I wasn't knocking her in the least, I think it's great that she's enjoying her kindle & it's clothes. I just thought it was amusing because I can picture her changing the cover every couple of days based on her bag.


----------



## VictoriaP (Mar 1, 2009)

kjn33 said:


> I wasn't knocking her in the least, I think it's great that she's enjoying her kindle & it's clothes. I just thought it was amusing because I can picture her changing the cover every couple of days based on her bag.


LOL--my post was merely in support of Patrizia's need for justification.  I didn't read your message as a negative at all.
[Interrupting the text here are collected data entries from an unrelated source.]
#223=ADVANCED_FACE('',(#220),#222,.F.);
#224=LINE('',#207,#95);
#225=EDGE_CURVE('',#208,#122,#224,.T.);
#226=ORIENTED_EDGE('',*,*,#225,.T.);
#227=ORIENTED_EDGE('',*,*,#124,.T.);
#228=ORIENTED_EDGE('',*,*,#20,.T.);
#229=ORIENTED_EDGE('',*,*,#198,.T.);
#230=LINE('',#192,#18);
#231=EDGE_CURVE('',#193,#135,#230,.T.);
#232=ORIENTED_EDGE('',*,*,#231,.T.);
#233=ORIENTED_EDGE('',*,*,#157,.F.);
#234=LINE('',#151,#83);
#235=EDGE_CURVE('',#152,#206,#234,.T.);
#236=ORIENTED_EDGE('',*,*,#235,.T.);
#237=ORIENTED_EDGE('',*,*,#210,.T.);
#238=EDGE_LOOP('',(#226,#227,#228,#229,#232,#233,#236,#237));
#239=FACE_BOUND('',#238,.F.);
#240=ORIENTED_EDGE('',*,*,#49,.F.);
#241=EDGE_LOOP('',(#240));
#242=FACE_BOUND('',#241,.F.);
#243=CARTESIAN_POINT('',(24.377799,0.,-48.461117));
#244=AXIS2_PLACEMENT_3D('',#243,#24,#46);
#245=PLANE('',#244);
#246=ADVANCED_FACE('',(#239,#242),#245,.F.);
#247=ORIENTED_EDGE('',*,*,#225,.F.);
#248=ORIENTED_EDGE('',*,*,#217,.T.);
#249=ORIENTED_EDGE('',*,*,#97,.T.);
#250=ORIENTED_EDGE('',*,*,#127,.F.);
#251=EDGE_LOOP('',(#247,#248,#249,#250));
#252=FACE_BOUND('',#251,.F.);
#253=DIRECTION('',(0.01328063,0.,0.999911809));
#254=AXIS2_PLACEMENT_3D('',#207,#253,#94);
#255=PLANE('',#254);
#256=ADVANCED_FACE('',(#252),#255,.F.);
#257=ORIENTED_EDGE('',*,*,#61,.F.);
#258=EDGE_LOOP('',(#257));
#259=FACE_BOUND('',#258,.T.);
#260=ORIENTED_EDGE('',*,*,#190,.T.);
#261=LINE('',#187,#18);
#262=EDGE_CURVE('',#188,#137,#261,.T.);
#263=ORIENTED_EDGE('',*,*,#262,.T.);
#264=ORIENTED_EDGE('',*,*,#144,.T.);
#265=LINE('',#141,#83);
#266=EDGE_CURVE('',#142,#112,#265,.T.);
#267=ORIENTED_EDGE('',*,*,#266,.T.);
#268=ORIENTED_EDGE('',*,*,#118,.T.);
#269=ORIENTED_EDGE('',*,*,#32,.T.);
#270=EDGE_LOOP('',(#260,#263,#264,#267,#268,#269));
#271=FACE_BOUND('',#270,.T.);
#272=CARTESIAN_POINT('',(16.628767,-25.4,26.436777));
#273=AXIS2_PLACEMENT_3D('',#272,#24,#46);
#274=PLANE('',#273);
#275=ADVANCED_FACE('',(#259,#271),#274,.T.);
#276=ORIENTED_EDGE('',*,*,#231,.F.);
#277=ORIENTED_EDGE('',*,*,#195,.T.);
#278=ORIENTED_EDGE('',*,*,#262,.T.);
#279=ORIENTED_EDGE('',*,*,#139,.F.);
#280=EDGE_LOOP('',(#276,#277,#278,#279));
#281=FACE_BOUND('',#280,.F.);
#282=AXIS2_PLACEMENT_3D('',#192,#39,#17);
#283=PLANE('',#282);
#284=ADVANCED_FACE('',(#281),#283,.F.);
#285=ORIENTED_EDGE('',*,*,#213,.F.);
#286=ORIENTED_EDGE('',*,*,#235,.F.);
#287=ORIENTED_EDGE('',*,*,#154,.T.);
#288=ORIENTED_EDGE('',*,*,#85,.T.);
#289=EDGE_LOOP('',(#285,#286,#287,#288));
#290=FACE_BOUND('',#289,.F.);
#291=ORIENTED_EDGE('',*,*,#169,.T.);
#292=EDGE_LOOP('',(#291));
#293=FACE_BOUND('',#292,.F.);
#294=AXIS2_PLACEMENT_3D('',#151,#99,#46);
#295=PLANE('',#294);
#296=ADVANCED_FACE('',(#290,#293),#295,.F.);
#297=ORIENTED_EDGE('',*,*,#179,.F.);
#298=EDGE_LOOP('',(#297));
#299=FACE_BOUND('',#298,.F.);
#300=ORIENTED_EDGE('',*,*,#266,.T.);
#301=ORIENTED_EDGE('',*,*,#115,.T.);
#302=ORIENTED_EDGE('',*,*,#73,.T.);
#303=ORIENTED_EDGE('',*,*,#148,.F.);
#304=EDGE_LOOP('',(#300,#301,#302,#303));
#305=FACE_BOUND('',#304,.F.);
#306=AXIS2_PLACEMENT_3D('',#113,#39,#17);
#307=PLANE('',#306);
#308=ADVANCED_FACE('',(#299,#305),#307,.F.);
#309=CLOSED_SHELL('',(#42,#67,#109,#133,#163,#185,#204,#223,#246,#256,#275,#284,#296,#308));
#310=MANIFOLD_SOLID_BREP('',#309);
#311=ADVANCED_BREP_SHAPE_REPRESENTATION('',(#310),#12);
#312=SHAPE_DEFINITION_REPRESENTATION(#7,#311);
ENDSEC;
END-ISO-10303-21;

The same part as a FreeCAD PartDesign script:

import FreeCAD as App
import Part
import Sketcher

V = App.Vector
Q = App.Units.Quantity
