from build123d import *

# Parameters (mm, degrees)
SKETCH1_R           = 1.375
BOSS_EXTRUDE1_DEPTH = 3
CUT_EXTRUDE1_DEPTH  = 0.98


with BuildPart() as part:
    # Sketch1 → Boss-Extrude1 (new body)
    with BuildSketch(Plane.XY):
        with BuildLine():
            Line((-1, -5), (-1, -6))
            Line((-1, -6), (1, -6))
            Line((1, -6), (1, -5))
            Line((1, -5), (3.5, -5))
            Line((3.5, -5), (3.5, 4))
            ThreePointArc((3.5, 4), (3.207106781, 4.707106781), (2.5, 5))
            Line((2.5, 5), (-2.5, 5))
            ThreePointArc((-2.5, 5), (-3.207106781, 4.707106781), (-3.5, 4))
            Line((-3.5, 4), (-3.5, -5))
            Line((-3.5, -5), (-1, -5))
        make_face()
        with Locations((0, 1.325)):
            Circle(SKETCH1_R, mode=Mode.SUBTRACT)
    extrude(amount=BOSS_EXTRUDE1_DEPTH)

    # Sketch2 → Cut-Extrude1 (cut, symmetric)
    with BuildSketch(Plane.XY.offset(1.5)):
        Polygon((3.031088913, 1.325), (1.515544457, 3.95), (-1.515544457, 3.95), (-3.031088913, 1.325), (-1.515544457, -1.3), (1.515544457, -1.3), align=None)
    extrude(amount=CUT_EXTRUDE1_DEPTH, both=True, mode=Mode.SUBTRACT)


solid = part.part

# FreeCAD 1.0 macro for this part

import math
import FreeCAD as App
import Part
import Sketcher
Q = App.Units.Quantity


def add_polygon(sketch, points):
    """Adds a closed chain of lines whose ends are joined by coincident constraints."""
    first, n = sketch.GeometryCount, len(points)
    for a, b in zip(points, points[1:] + points[:1]):
        sketch.addGeometry(Part.LineSegment(App.Vector(*a, 0), App.Vector(*b, 0)), False)
    for i in range(n):
        sketch.addConstraint(Sketcher.Constraint("Coincident", first + i, 2, first + (i + 1) % n, 1))

doc = App.newDocument("Part")
body = doc.addObject("PartDesign::Body", "Body")

sketch1 = body.newObject("Sketcher::SketchObject", "Sketch")
sketch1.AttachmentSupport = (doc.getObject("XY_Plane"), [""])
sketch1.MapMode = "FlatFace"
sketch1.addGeometry(Part.LineSegment(App.Vector(-1, -5, 0), App.Vector(-1, -6, 0)), False)
sketch1.addGeometry(Part.LineSegment(App.Vector(-1, -6, 0), App.Vector(1, -6, 0)), False)
sketch1.addGeometry(Part.LineSegment(App.Vector(1, -6, 0), App.Vector(1, -5, 0)), False)
sketch1.addGeometry(Part.LineSegment(App.Vector(1, -5, 0), App.Vector(3.5, -5, 0)), False)
sketch1.addGeometry(Part.LineSegment(App.Vector(3.5, -5, 0), App.Vector(3.5, 4, 0)), False)
sketch1.addGeometry(Part.ArcOfCircle(Part.Circle(App.Vector(2.5, 4, 0), App.Vector(0, 0, 1), 1), math.radians(0), math.radians(90)), False)
sketch1.addGeometry(Part.LineSegment(App.Vector(2.5, 5, 0), App.Vector(-2.5, 5, 0)), False)
sketch1.addGeometry(Part.ArcOfCircle(Part.Circle(App.Vector(-2.5, 4, 0), App.Vector(0, 0, 1), 1), math.radians(90), math.radians(180)), False)
sketch1.addGeometry(Part.LineSegment(App.Vector(-3.5, 4, 0), App.Vector(-3.5, -5, 0)), False)
sketch1.addGeometry(Part.LineSegment(App.Vector(-3.5, -5, 0), App.Vector(-1, -5, 0)), False)
sketch1.addGeometry(Part.Circle(App.Vector(0, 1.3, 0), App.Vector(0, 0, 1), 1.4), False)
sketch1.addConstraint(Sketcher.Constraint("Coincident", 0, 2, 1, 1))
sketch1.addConstraint(Sketcher.Constraint("Coincident", 1, 2, 2, 1))
sketch1.addConstraint(Sketcher.Constraint("Coincident", 2, 2, 3, 1))
sketch1.addConstraint(Sketcher.Constraint("Coincident", 3, 2, 4, 1))
sketch1.addConstraint(Sketcher.Constraint("Tangent", 4, 2, 5, 1))
sketch1.addConstraint(Sketcher.Constraint("Tangent", 5, 2, 6, 1))
sketch1.addConstraint(Sketcher.Constraint("Tangent", 6, 2, 7, 1))
sketch1.addConstraint(Sketcher.Constraint("Tangent", 7, 2, 8, 1))
sketch1.addConstraint(Sketcher.Constraint("Coincident", 8, 2, 9, 1))
sketch1.addConstraint(Sketcher.Constraint("Coincident", 9, 2, 0, 1))
sketch1.addConstraint(Sketcher.Constraint("Vertical", 0))
sketch1.addConstraint(Sketcher.Constraint("Horizontal", 1))
sketch1.addConstraint(Sketcher.Constraint("Vertical", 2))
sketch1.addConstraint(Sketcher.Constraint("Horizontal", 3))
sketch1.addConstraint(Sketcher.Constraint("Vertical", 4))
sketch1.addConstraint(Sketcher.Constraint("Horizontal", 6))
sketch1.addConstraint(Sketcher.Constraint("Vertical", 8))
sketch1.addConstraint(Sketcher.Constraint("Horizontal", 9))
sketch1.addConstraint(Sketcher.Constraint("Equal", 5, 7))
sketch1.addConstraint(Sketcher.Constraint("Symmetric", 3, 2, 8, 2, -2))
sketch1.addConstraint(Sketcher.Constraint("PointOnObject", 10, 3, -2))
sketch1.addConstraint(Sketcher.Constraint("Equal", 3, 9))
sketch1.addConstraint(Sketcher.Constraint("Radius", 5, Q("1 mm")))
sketch1.addConstraint(Sketcher.Constraint("Diameter", 10, Q("2.75 mm")))
sketch1.addConstraint(Sketcher.Constraint("DistanceX", 1, 1, 1, 2, Q("2 mm")))
sketch1.addConstraint(Sketcher.Constraint("DistanceX", 6, 2, 6, 1, Q("5 mm")))
sketch1.addConstraint(Sketcher.Constraint("DistanceY", 0, 2, 0, 1, Q("1 mm")))
sketch1.addConstraint(Sketcher.Constraint("DistanceY", 4, 1, 4, 2, Q("9 mm")))
sketch1.addConstraint(Sketcher.Constraint("DistanceY", -1, 1, 5, 3, Q("4 mm")))
sketch1.addConstraint(Sketcher.Constraint("DistanceY", -1, 1, 10, 3, Q("1.325 mm")))
pad1 = body.newObject("PartDesign::Pad", "Pad")
pad1.Profile = sketch1
pad1.Length = 3

sketch2 = body.newObject("Sketcher::SketchObject", "Sketch001")
sketch2.AttachmentSupport = (doc.getObject("XY_Plane"), [""])
sketch2.MapMode = "FlatFace"
sketch2.AttachmentOffset = App.Placement(App.Vector(0, 0, 1.5), App.Rotation())
add_polygon(sketch2, [(3, 1.3), (1.5, 4), (-1.5, 4), (-3, 1.3), (-1.5, -1.3), (1.5, -1.3)])
sketch2.addConstraint(Sketcher.Constraint("Horizontal", 1))
sketch2.addConstraint(Sketcher.Constraint("Horizontal", 4))
sketch2.addConstraint(Sketcher.Constraint("Symmetric", 2, 2, 5, 2, -2))
sketch2.addConstraint(Sketcher.Constraint("Parallel", 0, 3))
sketch2.addConstraint(Sketcher.Constraint("Parallel", 2, 5))
sketch2.addConstraint(Sketcher.Constraint("Vertical", 1, 2, 3, 2))
sketch2.addConstraint(Sketcher.Constraint("Vertical", 0, 2, 4, 2))
sketch2.addConstraint(Sketcher.Constraint("Angle", 0, Q("120 deg")))
sketch2.addConstraint(Sketcher.Constraint("DistanceY", 3, 2, -1, 1, Q("1.3 mm")))
sketch2.addConstraint(Sketcher.Constraint("DistanceY", -1, 1, 0, 2, Q("3.95 mm")))
sketch2.addConstraint(Sketcher.Constraint("DistanceX", 1, 2, 1, 1, Q("3.031089 mm")))
pocket1 = body.newObject("PartDesign::Pocket", "Pocket")
pocket1.Profile = sketch2
pocket1.Length = 1.96
pocket1.Midplane = True

doc.recompute()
(And I'd love to be able to change my cover daily to match....well, my mood! But my "spare" cash is tied up with house stuff for the next few months.)


----------



## mlewis78 (Apr 19, 2009)

Now that I have an Oberon, I realize that we buy these for our own satisfaction.  Hardly anyone will see my covers (besides the people who see my posts here).  I do most of my reading at home and even when I'm out in public, most people aren't going to notice my covers.  While I'm reading, the cover is bent back and no one would see the cover.

So, it's not as if we are trying to impress anyone with new clothing and handbags, right??  We just enjoy our accessories.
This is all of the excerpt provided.